The `ResolverFactory` knows these types, and is able to fabricate suitable resolvers based on the source type.
This architecture makes it very easy for the community to create others package types, for instance, a `MercurialFsResolver`, `MercurialResolver`, `SvnResolver`, etc.
#### Worker
A worker responsible for limiting execution of parallel tasks.
The number of parallel tasks may be limited and configured per type.
This component will be a service that can be accessed to perform tasks.
------------
#### Constructor
`Worker(defaultConcurrency, types)`
The `defaultConcurrency` is the default maximum concurrent functions being run.
The `types` allows you to specify different concurrencies for different types.
Use `-1` to specify no limits.
Example:
```js
var worker = new Worker(15, {
'network_io': 10,
'disk_io': 50
});
```
------------
#### Public methods.
`Worker#enqueue(func, [type])`: Promise
Enqueues a function to be ran. The function is expected to return a promise or a value.

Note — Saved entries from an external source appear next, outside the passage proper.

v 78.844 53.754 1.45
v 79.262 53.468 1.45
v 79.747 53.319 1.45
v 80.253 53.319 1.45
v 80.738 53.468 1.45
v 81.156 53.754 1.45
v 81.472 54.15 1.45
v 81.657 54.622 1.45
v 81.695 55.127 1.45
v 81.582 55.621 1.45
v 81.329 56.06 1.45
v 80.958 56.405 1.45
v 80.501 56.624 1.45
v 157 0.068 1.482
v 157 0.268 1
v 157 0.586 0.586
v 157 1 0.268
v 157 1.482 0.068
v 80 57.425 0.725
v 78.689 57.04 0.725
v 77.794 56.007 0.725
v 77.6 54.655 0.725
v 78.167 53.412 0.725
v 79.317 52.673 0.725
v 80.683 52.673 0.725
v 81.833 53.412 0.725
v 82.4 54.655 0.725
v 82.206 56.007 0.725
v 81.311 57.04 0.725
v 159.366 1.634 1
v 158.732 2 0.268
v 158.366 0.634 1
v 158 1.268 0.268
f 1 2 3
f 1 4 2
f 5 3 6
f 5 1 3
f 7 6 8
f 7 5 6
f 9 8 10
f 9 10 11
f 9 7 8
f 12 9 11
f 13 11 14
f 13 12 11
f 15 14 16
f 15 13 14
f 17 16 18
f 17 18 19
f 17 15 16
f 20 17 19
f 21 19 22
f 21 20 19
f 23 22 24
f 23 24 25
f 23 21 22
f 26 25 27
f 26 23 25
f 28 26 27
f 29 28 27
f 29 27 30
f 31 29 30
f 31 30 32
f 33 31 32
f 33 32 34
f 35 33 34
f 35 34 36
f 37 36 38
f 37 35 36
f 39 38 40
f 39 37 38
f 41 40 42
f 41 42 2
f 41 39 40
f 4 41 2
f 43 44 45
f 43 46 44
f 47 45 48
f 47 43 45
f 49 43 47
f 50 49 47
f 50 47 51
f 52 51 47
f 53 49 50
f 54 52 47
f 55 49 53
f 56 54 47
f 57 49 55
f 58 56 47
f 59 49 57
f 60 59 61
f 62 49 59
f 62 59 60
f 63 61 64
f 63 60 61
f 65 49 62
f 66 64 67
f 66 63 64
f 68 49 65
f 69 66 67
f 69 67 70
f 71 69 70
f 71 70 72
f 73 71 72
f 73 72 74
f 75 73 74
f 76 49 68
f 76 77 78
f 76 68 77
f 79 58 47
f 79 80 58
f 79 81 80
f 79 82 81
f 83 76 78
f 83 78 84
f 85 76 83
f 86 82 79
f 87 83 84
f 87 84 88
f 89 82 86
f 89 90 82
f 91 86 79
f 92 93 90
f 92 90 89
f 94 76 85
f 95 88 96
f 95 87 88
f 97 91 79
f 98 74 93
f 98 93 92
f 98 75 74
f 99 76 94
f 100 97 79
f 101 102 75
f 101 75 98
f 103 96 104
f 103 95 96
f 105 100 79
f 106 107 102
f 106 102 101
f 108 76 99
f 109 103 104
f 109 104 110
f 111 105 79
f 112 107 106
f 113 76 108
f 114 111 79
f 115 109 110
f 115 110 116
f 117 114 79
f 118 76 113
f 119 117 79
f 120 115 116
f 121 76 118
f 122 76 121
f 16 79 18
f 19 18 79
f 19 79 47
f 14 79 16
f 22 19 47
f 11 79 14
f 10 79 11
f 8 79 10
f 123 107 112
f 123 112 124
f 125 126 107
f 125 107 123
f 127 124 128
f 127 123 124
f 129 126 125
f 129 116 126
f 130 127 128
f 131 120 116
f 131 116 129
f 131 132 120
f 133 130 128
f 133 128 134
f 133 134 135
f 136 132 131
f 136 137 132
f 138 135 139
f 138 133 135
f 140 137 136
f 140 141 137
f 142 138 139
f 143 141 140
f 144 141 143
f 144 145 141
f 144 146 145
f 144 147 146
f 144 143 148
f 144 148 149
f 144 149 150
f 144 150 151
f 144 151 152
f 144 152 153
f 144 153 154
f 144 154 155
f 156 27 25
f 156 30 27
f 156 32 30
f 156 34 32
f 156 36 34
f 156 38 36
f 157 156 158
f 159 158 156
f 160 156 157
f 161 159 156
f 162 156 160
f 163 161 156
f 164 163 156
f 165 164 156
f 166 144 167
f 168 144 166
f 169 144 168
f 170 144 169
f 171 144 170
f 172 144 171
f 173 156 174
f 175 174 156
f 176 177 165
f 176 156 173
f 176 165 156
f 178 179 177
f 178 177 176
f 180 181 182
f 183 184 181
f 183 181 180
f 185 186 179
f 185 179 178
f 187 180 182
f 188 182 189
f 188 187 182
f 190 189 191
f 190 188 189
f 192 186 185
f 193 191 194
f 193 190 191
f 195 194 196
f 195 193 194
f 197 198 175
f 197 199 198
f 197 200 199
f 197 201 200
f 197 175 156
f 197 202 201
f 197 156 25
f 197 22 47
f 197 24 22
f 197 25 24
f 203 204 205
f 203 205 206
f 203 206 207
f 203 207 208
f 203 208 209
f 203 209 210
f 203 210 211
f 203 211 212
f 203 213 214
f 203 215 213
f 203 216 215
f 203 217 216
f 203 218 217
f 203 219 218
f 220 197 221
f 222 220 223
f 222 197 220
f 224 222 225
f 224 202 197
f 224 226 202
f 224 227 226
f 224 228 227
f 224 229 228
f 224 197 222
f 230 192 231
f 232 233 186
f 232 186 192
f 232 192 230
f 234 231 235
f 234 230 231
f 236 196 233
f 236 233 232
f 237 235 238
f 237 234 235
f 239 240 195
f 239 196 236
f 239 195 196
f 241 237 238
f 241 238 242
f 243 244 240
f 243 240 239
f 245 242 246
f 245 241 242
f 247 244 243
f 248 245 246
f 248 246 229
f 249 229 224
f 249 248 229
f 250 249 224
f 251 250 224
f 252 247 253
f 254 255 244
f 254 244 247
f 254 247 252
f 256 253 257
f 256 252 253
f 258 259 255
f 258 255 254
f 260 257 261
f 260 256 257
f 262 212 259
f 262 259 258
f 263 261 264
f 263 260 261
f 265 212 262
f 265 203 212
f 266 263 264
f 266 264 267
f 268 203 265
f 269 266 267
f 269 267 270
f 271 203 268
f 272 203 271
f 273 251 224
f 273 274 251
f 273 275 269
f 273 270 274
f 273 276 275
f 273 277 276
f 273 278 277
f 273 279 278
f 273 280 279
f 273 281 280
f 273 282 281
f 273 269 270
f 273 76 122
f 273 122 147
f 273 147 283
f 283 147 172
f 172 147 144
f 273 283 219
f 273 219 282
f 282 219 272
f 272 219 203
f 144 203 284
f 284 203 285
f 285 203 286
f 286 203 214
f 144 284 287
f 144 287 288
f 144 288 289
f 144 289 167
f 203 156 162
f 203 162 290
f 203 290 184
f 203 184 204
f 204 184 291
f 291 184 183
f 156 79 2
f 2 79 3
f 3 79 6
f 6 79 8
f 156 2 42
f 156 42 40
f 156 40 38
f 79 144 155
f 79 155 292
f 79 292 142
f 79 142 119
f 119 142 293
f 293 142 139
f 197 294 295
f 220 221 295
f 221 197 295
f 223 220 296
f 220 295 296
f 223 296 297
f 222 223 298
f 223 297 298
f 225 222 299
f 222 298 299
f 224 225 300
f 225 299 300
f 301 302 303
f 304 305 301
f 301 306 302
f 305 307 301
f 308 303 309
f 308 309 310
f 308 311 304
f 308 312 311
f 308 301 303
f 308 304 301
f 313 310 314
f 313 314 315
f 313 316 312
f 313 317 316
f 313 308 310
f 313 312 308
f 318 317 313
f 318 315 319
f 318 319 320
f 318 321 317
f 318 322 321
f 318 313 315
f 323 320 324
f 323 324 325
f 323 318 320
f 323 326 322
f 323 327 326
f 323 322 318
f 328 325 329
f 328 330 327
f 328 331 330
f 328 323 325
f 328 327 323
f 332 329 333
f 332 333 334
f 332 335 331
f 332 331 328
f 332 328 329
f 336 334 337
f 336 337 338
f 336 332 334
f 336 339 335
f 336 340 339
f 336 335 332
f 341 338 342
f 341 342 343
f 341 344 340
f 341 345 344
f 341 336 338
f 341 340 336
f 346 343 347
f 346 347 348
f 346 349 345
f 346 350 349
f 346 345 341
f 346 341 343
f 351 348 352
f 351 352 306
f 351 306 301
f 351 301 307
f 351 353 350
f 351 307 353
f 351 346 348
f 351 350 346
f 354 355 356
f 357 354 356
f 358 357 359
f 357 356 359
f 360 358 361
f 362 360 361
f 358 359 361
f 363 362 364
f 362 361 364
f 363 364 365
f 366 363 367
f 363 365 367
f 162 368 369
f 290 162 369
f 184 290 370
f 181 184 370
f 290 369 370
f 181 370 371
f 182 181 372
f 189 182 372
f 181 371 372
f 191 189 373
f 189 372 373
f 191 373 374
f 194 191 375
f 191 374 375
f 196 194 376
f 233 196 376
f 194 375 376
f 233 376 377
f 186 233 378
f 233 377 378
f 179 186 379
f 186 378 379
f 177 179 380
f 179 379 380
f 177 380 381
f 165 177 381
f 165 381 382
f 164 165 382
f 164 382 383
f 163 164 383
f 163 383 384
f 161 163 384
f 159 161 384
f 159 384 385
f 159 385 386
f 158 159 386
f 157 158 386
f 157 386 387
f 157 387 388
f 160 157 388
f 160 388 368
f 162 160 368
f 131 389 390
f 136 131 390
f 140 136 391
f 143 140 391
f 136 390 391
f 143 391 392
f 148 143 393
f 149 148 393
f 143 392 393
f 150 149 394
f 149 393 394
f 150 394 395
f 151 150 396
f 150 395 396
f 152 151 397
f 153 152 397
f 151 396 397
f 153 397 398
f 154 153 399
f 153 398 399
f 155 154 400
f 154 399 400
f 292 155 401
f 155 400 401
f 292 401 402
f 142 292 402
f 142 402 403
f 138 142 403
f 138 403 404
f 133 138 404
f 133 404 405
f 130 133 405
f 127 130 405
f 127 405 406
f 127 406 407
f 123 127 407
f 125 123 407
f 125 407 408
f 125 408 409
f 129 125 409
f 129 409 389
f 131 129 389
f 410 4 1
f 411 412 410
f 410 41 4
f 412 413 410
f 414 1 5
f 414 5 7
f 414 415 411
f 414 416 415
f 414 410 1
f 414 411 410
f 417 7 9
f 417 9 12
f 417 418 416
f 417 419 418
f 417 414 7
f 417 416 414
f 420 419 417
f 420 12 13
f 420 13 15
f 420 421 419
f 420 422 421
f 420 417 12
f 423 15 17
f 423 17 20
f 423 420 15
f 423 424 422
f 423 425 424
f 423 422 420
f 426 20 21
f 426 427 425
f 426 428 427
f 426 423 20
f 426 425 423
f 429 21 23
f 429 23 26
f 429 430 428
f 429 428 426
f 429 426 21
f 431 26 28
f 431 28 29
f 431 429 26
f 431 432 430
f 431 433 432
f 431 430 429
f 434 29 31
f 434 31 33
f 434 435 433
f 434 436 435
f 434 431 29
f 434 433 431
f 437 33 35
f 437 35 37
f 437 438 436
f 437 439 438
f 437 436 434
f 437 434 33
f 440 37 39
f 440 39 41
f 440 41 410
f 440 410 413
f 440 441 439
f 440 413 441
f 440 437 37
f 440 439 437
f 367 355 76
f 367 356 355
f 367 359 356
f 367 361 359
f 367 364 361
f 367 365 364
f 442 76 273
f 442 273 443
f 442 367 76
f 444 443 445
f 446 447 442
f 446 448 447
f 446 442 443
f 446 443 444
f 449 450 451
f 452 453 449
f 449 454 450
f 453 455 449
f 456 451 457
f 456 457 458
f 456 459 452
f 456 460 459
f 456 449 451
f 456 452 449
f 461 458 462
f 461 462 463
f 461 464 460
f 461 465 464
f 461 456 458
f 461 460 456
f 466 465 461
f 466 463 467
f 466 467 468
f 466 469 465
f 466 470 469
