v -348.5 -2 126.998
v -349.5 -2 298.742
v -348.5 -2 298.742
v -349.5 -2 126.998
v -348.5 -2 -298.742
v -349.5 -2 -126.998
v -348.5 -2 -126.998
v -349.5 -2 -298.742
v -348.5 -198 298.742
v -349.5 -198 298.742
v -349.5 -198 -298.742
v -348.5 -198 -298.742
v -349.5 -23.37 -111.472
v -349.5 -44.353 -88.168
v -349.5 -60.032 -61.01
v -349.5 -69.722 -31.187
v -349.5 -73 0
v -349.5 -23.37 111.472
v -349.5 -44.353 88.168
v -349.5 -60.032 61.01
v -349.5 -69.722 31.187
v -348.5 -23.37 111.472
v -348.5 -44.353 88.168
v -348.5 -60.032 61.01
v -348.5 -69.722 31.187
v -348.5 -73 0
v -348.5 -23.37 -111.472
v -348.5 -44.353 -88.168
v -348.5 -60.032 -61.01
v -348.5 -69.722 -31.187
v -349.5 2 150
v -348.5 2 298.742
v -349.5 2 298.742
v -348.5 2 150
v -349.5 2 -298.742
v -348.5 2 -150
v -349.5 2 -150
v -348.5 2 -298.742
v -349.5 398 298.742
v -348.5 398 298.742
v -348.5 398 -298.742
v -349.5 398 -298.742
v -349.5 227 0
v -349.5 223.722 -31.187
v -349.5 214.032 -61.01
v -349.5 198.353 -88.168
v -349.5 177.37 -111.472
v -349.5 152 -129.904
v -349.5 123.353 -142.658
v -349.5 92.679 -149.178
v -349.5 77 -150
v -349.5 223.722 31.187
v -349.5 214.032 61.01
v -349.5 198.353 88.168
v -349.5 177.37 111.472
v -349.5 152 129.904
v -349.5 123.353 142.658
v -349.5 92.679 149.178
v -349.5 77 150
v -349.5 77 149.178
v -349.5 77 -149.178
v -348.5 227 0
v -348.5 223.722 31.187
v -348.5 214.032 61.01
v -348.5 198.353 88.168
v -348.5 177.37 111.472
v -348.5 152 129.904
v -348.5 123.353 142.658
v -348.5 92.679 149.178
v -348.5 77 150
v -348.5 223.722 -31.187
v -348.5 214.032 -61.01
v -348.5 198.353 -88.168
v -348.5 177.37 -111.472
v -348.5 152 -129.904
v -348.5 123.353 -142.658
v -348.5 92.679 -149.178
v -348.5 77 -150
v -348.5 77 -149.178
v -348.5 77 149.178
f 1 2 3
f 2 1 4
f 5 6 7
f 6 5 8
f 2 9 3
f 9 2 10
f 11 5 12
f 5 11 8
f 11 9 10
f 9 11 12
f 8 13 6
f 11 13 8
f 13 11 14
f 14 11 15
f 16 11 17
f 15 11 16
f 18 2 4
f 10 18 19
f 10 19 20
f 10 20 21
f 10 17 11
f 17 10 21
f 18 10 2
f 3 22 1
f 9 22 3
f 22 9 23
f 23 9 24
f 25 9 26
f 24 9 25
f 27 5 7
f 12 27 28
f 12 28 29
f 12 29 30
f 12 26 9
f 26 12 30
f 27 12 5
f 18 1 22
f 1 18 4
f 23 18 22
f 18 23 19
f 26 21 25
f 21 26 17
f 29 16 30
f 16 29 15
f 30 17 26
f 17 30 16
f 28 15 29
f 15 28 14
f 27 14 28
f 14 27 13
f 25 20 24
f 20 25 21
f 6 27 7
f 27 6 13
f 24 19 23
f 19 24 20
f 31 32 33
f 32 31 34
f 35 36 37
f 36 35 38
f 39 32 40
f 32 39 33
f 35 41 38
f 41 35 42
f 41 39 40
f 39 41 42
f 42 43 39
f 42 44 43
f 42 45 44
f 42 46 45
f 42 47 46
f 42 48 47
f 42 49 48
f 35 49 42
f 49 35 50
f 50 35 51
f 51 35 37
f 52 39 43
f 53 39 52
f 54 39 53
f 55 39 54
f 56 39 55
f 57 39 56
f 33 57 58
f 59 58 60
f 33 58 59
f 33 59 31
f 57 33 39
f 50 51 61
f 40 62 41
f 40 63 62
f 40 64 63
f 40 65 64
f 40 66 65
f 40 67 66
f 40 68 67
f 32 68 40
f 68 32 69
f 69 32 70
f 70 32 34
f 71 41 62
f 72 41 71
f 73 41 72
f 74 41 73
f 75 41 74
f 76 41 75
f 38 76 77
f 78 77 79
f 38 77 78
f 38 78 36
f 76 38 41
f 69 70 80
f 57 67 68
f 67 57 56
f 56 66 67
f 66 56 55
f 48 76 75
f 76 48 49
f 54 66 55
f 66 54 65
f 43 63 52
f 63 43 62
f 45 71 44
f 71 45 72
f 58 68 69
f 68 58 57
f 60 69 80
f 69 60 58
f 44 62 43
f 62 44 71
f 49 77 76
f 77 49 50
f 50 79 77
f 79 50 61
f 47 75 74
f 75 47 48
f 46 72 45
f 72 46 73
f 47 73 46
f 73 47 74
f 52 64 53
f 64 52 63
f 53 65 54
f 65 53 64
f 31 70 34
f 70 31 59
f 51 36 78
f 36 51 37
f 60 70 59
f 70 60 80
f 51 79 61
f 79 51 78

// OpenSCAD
// file: parameters.scad
cm = 10;

//The dimensions of all other components depend on those of the square absorbers
square_absorber_height=9.8*cm;
square_absorber_width=9.6*cm;
square_absorber_thickness=2*cm;

square_absorber_horizontal_gap=0.4*cm;
square_absorber_vertical_gap=0.1897*cm;
square_absorber_longitudinal_gap=0.34*cm;

// holes in the square absorbers, cblocks, and master plates for placing connector pins.  
conn_hole_spacing=5*cm;
conn_hole_depth=1*cm;
conn_hole_radius=0.25*cm;

// BPC total dimensions
bpc_length=150*cm;
bpc_first_hole_radius=15.00*cm;
bpc_last_hole_radius=17.25*cm;
bpc_layer_thickness=square_absorber_thickness+square_absorber_longitudinal_gap;
//bpc_nlayers=floor(bpc_length/bpc_layer_thickness);
bpc_nlayers=51;
function bpc_hole_radius(i)=bpc_first_hole_radius+(bpc_last_hole_radius-bpc_first_hole_radius)*i/(bpc_nlayers-1);
bpc_outer_gap=0.4*cm;

tanBeamTilt=0.0243;
beamXAtUpstream=7.7*cm;
function bpc_hole_position(i)=tanBeamTilt*i*bpc_layer_thickness+beamXAtUpstream;

nsquaresX=3;



//scintillator
scint_thickness=0.3*cm;
scint_height=square_absorber_height*6+5*square_absorber_vertical_gap;
scint_width=square_absorber_width*nsquaresX+nsquaresX*square_absorber_horizontal_gap-bpc_outer_gap;
scint_inner_gap=square_absorber_horizontal_gap/2;



//cells in scintillator (also defines placement of sensors on pcb)
scint_cell_center_min_distance_from_edge=.35*cm;
scint_cell_dphi=9; //degrees
scint_cell_dr=2.5*cm;

//pcb
//pcb_thickness=.236*cm;
pcb_thickness=.16*cm;
pcb_height=square_absorber_height*6+5*square_absorber_vertical_gap;
pcb_width=square_absorber_width*nsquaresX+nsquaresX*square_absorber_horizontal_gap-bpc_outer_gap;
pcb_inner_gap=square_absorber_horizontal_gap/2;

// ESR film
ESR_film_thickness=0.015*cm;

//air gap
air_gap_thickness=0.02*cm;

//cover
cover_thickness=0.2*cm;
cover_height=square_absorber_height*6+5*square_absorber_vertical_gap;
cover_width=square_absorber_width*nsquaresX+nsquaresX*square_absorber_horizontal_gap-bpc_outer_gap;
cover_inner_gap=square_absorber_horizontal_gap/2;

//cblock
cblock_thickness=bpc_layer_thickness-pcb_thickness-scint_thickness-2*air_gap_thickness-2*ESR_film_thickness-cover_thickness;
cblock_height=square_absorber_height*6+5*square_absorber_vertical_gap;
cblock_width=square_absorber_width*nsquaresX+nsquaresX*square_absorber_horizontal_gap-bpc_outer_gap;
cblock_inner_gap=square_absorber_horizontal_gap/2;


//longitudinal positions of the first layer
cblock_position=cblock_thickness/2;
cover_position=cblock_thickness+air_gap_thickness+cover_thickness/2;
scint_position=cblock_thickness+air_gap_thickness+cover_thickness+ESR_film_thickness+scint_thickness/2;
pcb_position=cblock_thickness+air_gap_thickness+cover_thickness+ESR_film_thickness+scint_thickness+ESR_film_thickness+pcb_thickness/2;
echo(cblock_thickness);
// main file
include<parameters.scad>

ecal_height=pcb_height;
ecal_width=pcb_width;
ecal_inner_gap=pcb_inner_gap;

wscfi_thickness=17*cm;
wscfi_position=-wscfi_thickness/2;

lightguides_thickness=2.5*cm;
lightguides_position=-wscfi_thickness-lightguides_thickness/2;

lightguides_thickness=2.5*cm;
lightguides_position=-wscfi_thickness-lightguides_thickness/2;

//0.1 cm Al + 10.15 cm air + .25 cm PCB
ecal_pcb_thickness=0.25*cm;
ecal_pcb_position=lightguides_position-lightguides_thickness/2-ecal_pcb_thickness/2;

ecal_air_thickness=10.15*cm;
ecal_air_position=ecal_pcb_position-ecal_air_thickness/2-ecal_air_thickness/2;

ecal_cover_thickness=0.1*cm;
ecal_cover_position=ecal_air_position-ecal_air_thickness/2-ecal_cover_thickness/2;

module ecal_component_side(hole_radius=bpc_hole_radius(0),thickness=17*cm, height=pcb_height, width=ecal_width,inner_gap=ecal_inner_gap, holePosition=bpc_hole_position(0))
{   
    epsilon=0.1*cm;
    sipm_width=0.6*cm;
    sipm_height=0.6*cm;
    sipm_depth=0.1*cm;
    rotate([0,0,90]) difference() {
        union(){
            
            diagonal=sqrt(height*height/4+width*width);
            //board
            difference() {
                translate([-width/2-inner_gap, 0, 0]) cube([width, thickness, height],center= true);
                rotate([90,0,0]) translate([holePosition, 0, 0]) cylinder(h=thickness*1.5, r=hole_radius,center=true);
                translate([holePosition/2,0, 0]) cube([abs(holePosition), thickness*1.5,2*hole_radius], true);
                
            }
        }
        
        
    }
}

module ecal_component(hole_radius=bpc_hole_radius(0),thickness=17*cm, height=pcb_height, width=ecal_width,inner_gap=ecal_inner_gap, holePosition=bpc_hole_position(0)){
    ecal_component_side(width=width-100, thickness=thickness, height=height, hole_radius=hole_radius, inner_gap=inner_gap, holePosition=holePosition);
    mirror([0,1,0]) ecal_component_side(holePosition=-holePosition,width=width+100,thickness=thickness, height=height, inner_gap=inner_gap, hole_radius=hole_radius
    );
}


component="wscfi";
component="cover";

if (component=="wscfi")
    translate([wscfi_position,0,0])  ecal_component(thickness=wscfi_thickness);
else if (component=="lightguides")
    translate([lightguides_position,0,0])  ecal_component(thickness=lightguides_thickness);
else if (component=="pcb")
    translate([ecal_pcb_position,0,0])  ecal_component(thickness=ecal_pcb_thickness);
else if (component=="air")
    translate([ecal_air_position,0,0])  ecal_component(thickness=ecal_air_thickness);
else if (component=="cover")
    translate([ecal_cover_position,0,0])  ecal_component(thickness=ecal_cover_thickness);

The returned promise is resolved when the function promise is also resolved.
The `type` argument is optional and can be a `string` or an array of `strings`.
Use it to specify the type(s) associated with the function.
If multiple types are specified, the function will only ran when a free slot of every type is found.
If no `type` is passed or is unknown, the `defaultConcurrency` is used.
`Worker#abort()`: Promise
Aborts all current work being done.
Returns a promise that is resolved when the current running functions finish to execute.
Any function that was in the queue waiting to be ran is removed immediately.